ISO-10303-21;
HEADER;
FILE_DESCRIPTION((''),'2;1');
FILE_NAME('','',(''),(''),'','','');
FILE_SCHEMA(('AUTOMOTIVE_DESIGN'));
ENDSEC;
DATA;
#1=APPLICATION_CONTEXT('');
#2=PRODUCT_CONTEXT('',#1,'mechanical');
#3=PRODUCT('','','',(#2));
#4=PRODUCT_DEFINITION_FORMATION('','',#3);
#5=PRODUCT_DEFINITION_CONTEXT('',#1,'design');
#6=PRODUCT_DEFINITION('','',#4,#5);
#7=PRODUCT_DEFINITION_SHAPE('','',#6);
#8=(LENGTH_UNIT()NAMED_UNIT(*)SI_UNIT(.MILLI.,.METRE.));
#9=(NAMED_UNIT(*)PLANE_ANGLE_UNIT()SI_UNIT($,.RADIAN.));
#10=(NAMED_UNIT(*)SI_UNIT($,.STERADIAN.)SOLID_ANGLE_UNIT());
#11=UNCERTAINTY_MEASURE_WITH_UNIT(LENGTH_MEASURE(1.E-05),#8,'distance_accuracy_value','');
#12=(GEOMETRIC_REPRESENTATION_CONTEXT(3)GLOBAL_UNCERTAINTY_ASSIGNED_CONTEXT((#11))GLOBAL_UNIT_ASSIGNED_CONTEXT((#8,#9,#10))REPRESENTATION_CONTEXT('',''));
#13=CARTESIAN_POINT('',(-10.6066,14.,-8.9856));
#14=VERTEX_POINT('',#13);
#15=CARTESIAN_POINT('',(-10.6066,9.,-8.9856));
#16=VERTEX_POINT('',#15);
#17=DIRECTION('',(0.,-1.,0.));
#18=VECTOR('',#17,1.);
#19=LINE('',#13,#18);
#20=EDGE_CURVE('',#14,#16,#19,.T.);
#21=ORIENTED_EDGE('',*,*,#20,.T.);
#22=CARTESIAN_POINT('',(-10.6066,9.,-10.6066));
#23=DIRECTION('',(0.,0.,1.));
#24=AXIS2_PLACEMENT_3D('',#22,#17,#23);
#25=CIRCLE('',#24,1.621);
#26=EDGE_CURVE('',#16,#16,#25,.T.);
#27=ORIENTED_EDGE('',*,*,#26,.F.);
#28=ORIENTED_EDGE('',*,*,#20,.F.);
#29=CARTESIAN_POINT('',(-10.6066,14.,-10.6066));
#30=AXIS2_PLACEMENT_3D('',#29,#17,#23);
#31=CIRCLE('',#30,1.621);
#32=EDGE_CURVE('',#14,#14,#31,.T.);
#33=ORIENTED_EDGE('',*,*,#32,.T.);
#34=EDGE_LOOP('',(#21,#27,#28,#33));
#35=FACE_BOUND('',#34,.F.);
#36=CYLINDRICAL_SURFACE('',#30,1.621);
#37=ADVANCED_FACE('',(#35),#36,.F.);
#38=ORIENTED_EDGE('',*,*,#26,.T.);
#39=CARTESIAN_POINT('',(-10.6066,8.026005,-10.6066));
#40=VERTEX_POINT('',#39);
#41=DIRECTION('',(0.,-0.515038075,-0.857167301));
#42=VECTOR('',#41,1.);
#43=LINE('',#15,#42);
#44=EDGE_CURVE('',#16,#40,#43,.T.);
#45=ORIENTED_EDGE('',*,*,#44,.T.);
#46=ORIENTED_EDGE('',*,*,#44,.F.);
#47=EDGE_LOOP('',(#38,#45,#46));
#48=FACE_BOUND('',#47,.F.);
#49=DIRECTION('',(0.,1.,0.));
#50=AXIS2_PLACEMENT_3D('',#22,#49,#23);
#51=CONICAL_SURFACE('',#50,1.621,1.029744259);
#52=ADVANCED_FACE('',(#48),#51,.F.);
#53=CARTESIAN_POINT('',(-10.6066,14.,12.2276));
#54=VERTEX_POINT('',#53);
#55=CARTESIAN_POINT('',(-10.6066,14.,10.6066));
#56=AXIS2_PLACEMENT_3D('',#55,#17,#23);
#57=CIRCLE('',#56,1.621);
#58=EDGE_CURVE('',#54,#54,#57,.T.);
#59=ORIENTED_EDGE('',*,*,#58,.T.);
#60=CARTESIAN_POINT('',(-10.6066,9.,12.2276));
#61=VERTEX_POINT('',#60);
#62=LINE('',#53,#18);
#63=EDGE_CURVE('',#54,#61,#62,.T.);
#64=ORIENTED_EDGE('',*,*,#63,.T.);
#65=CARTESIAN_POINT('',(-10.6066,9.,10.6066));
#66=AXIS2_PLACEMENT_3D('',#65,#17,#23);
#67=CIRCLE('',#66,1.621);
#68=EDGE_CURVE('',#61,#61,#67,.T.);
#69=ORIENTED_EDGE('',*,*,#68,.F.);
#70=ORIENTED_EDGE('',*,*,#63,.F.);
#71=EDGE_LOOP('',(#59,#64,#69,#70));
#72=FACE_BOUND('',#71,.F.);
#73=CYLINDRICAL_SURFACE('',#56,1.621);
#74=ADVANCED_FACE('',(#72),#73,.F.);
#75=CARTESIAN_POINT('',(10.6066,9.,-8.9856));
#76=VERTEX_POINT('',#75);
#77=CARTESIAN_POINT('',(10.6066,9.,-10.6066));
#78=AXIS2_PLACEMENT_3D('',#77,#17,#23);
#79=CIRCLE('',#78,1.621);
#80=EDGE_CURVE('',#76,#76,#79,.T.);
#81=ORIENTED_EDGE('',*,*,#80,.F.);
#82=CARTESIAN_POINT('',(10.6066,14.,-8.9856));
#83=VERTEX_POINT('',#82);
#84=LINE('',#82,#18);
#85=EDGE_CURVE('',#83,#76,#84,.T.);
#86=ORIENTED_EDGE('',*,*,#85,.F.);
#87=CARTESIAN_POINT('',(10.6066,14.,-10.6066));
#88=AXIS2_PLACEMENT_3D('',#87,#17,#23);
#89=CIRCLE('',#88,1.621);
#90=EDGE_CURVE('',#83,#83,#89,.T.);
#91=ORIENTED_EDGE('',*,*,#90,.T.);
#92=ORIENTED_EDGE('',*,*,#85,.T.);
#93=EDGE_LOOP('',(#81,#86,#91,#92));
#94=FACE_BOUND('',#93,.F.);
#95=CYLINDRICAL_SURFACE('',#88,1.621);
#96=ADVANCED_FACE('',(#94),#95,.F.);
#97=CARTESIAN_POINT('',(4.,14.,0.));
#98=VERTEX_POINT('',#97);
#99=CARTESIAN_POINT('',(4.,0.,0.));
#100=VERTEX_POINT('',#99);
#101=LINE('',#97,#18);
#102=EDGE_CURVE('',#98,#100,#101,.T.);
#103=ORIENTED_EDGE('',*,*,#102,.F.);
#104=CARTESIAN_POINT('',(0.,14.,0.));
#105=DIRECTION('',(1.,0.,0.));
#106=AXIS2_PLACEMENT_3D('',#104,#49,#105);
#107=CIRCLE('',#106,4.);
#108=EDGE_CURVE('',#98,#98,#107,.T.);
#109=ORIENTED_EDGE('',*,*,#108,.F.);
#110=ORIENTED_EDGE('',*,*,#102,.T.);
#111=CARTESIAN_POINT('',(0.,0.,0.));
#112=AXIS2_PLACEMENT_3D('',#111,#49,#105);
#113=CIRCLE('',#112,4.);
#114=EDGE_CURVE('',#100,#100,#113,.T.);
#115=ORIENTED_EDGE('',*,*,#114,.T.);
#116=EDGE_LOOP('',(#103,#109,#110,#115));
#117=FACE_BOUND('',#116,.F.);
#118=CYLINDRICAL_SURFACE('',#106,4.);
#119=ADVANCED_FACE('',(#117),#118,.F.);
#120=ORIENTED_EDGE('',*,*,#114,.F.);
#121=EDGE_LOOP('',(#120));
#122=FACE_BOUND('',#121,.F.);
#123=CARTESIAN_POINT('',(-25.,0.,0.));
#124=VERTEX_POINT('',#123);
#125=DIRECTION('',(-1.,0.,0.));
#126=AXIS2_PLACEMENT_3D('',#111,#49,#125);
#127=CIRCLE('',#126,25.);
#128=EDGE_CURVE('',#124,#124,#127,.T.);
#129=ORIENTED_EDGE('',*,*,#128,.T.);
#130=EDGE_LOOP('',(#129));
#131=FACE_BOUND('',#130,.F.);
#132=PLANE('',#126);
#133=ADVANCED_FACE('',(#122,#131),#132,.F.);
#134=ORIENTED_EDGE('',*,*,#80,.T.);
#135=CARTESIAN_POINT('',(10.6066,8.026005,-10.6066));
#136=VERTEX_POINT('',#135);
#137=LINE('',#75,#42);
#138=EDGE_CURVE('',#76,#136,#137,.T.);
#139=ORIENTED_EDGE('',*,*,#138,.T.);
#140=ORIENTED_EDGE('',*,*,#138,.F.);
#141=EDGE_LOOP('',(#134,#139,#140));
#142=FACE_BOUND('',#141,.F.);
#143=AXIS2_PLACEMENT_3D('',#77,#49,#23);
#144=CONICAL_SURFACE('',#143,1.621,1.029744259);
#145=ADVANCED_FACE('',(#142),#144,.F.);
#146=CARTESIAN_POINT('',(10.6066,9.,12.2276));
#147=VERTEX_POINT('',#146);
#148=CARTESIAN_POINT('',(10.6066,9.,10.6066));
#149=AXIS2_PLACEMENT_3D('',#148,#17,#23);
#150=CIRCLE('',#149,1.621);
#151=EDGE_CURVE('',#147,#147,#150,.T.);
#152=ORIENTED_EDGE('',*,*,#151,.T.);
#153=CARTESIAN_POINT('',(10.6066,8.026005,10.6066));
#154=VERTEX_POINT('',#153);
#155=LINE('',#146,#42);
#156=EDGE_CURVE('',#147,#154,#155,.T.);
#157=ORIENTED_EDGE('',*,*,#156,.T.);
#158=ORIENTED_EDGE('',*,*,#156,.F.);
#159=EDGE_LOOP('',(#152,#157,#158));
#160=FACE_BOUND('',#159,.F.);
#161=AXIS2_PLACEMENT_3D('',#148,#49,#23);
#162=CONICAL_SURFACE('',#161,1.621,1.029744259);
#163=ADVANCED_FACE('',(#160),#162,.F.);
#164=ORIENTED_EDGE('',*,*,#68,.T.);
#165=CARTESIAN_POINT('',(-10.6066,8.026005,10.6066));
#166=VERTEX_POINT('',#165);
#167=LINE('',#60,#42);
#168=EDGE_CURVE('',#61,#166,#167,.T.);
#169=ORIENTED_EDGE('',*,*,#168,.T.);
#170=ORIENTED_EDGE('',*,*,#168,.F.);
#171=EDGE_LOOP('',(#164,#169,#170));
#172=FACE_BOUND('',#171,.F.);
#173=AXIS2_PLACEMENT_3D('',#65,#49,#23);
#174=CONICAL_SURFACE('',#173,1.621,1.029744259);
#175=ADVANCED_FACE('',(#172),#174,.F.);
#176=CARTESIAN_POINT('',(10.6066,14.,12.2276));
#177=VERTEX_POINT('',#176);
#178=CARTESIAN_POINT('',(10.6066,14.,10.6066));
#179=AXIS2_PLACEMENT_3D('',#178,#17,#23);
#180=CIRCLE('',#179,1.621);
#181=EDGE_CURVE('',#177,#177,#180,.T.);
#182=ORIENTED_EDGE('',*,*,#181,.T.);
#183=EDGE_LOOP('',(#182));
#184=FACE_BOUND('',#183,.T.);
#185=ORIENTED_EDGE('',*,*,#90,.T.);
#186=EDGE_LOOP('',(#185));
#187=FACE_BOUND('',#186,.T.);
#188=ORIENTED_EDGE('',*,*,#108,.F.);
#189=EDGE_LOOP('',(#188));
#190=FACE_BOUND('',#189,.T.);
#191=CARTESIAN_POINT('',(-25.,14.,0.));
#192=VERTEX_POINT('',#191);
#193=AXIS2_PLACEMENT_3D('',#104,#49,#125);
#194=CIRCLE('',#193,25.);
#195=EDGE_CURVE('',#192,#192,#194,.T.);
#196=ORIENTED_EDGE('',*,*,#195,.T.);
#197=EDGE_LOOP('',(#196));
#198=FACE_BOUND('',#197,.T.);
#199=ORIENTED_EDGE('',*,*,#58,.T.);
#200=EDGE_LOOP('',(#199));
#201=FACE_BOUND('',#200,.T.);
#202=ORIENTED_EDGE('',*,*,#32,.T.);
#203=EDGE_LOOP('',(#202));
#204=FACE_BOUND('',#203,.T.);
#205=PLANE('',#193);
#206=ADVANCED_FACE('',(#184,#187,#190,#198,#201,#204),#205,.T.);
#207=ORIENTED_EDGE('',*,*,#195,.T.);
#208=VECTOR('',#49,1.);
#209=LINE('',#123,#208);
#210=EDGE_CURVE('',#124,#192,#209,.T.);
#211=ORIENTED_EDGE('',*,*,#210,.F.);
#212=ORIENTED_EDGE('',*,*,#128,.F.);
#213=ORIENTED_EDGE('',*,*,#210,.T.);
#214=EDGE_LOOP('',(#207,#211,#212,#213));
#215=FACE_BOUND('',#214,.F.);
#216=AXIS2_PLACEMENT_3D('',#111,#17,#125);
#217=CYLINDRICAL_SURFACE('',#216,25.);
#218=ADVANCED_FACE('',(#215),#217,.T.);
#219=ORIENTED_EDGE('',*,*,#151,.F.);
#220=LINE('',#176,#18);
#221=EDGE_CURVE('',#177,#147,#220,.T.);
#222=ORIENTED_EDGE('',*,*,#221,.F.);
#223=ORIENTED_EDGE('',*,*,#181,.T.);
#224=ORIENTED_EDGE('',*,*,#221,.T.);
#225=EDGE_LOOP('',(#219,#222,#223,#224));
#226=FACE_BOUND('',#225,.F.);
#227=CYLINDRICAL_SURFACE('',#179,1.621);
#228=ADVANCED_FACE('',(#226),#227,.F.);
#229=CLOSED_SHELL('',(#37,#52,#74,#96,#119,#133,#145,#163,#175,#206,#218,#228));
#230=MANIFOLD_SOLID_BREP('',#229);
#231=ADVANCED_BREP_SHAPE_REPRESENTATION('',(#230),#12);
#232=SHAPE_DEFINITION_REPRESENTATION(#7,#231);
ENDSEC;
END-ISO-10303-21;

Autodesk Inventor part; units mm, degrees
ref_plane "YZ Plane" through (0, 0, 0) normal (1, 0, 0) x (0, 1, 0)
ref_plane "XZ Plane" through (0, 0, 0) normal (0, 1, 0) x (-1, 0, 0)
ref_plane "XY Plane" through (0, 0, 0) normal (0, 0, 1) x (1, 0, 0)
sketch "スケッチ5" plane through (0, 0, 0) normal (0, 1, 0) x (-1, 0, 0)
  circle A0 centre (0, 0) radius 25
  dimension "d23" = 50
extrude "押し出し2" add sketch "スケッチ5" along normal blind 14
sketch "スケッチ6" plane through (0, 14, 0) normal (0, 1, 0) x (1, 0, 0)
  circle A0 centre (0, 0) radius 4
  dimension "d26" = 8
extrude "押し出し3" cut sketch "スケッチ6" against normal blind 14
sketch "スケッチ7" plane through (0, 14, 0) normal (0, 1, 0) x (1, 0, 0)
  line L0 (0, 0) -> (10.6066, 10.6066)
  line L1 (0, 0) -> (15, 0) construction
  point P0 (-10.6066, 10.6066)
  point P1 (-10.6066, -10.6066)
  point P2 (10.6066, -10.6066)
  dimension "d29" = 15
  dimension "d30" = 45
  dimension "d33" = 360
hole "穴2" at (10.6066, 14, -10.6066) at (-10.6066, 14, -10.6066) at (-10.6066, 14, 10.6066) at (10.6066, 14, 10.6066) direction (0, -1, 0) diameter 3.242 depth 5 tip angle 118 thread size "M4x0.7" class "6H" standard "ISO Metric profile"
properties part number "Stator" material "ステンレス鋼"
■ ■ ■
WORK TO BE COMPLETED: Using only the entries above, output the line with "#129=ORIENTED_EDGE('',*,*,#128,.T.);", the line with "#170=ORIENTED_EDGE('',*,*,#168,.F.);", and all lines between them, exactly as they stand.

ANSWER AREA:
#129=ORIENTED_EDGE('',*,*,#128,.T.);
#130=EDGE_LOOP('',(#129));
#131=FACE_BOUND('',#130,.F.);
#132=PLANE('',#126);
#133=ADVANCED_FACE('',(#122,#131),#132,.F.);
#134=ORIENTED_EDGE('',*,*,#80,.T.);
#135=CARTESIAN_POINT('',(10.6066,8.026005,-10.6066));
#136=VERTEX_POINT('',#135);
#137=LINE('',#75,#42);
#138=EDGE_CURVE('',#76,#136,#137,.T.);
#139=ORIENTED_EDGE('',*,*,#138,.T.);
#140=ORIENTED_EDGE('',*,*,#138,.F.);
#141=EDGE_LOOP('',(#134,#139,#140));
#142=FACE_BOUND('',#141,.F.);
#143=AXIS2_PLACEMENT_3D('',#77,#49,#23);
#144=CONICAL_SURFACE('',#143,1.621,1.029744259);
#145=ADVANCED_FACE('',(#142),#144,.F.);
#146=CARTESIAN_POINT('',(10.6066,9.,12.2276));
#147=VERTEX_POINT('',#146);
#148=CARTESIAN_POINT('',(10.6066,9.,10.6066));
#149=AXIS2_PLACEMENT_3D('',#148,#17,#23);
#150=CIRCLE('',#149,1.621);
#151=EDGE_CURVE('',#147,#147,#150,.T.);
#152=ORIENTED_EDGE('',*,*,#151,.T.);
#153=CARTESIAN_POINT('',(10.6066,8.026005,10.6066));
#154=VERTEX_POINT('',#153);
#155=LINE('',#146,#42);
#156=EDGE_CURVE('',#147,#154,#155,.T.);
#157=ORIENTED_EDGE('',*,*,#156,.T.);
#158=ORIENTED_EDGE('',*,*,#156,.F.);
#159=EDGE_LOOP('',(#152,#157,#158));
#160=FACE_BOUND('',#159,.F.);
#161=AXIS2_PLACEMENT_3D('',#148,#49,#23);
#162=CONICAL_SURFACE('',#161,1.621,1.029744259);
#163=ADVANCED_FACE('',(#160),#162,.F.);
#164=ORIENTED_EDGE('',*,*,#68,.T.);
#165=CARTESIAN_POINT('',(-10.6066,8.026005,10.6066));
#166=VERTEX_POINT('',#165);
#167=LINE('',#60,#42);
#168=EDGE_CURVE('',#61,#166,#167,.T.);
#169=ORIENTED_EDGE('',*,*,#168,.T.);
#170=ORIENTED_EDGE('',*,*,#168,.F.);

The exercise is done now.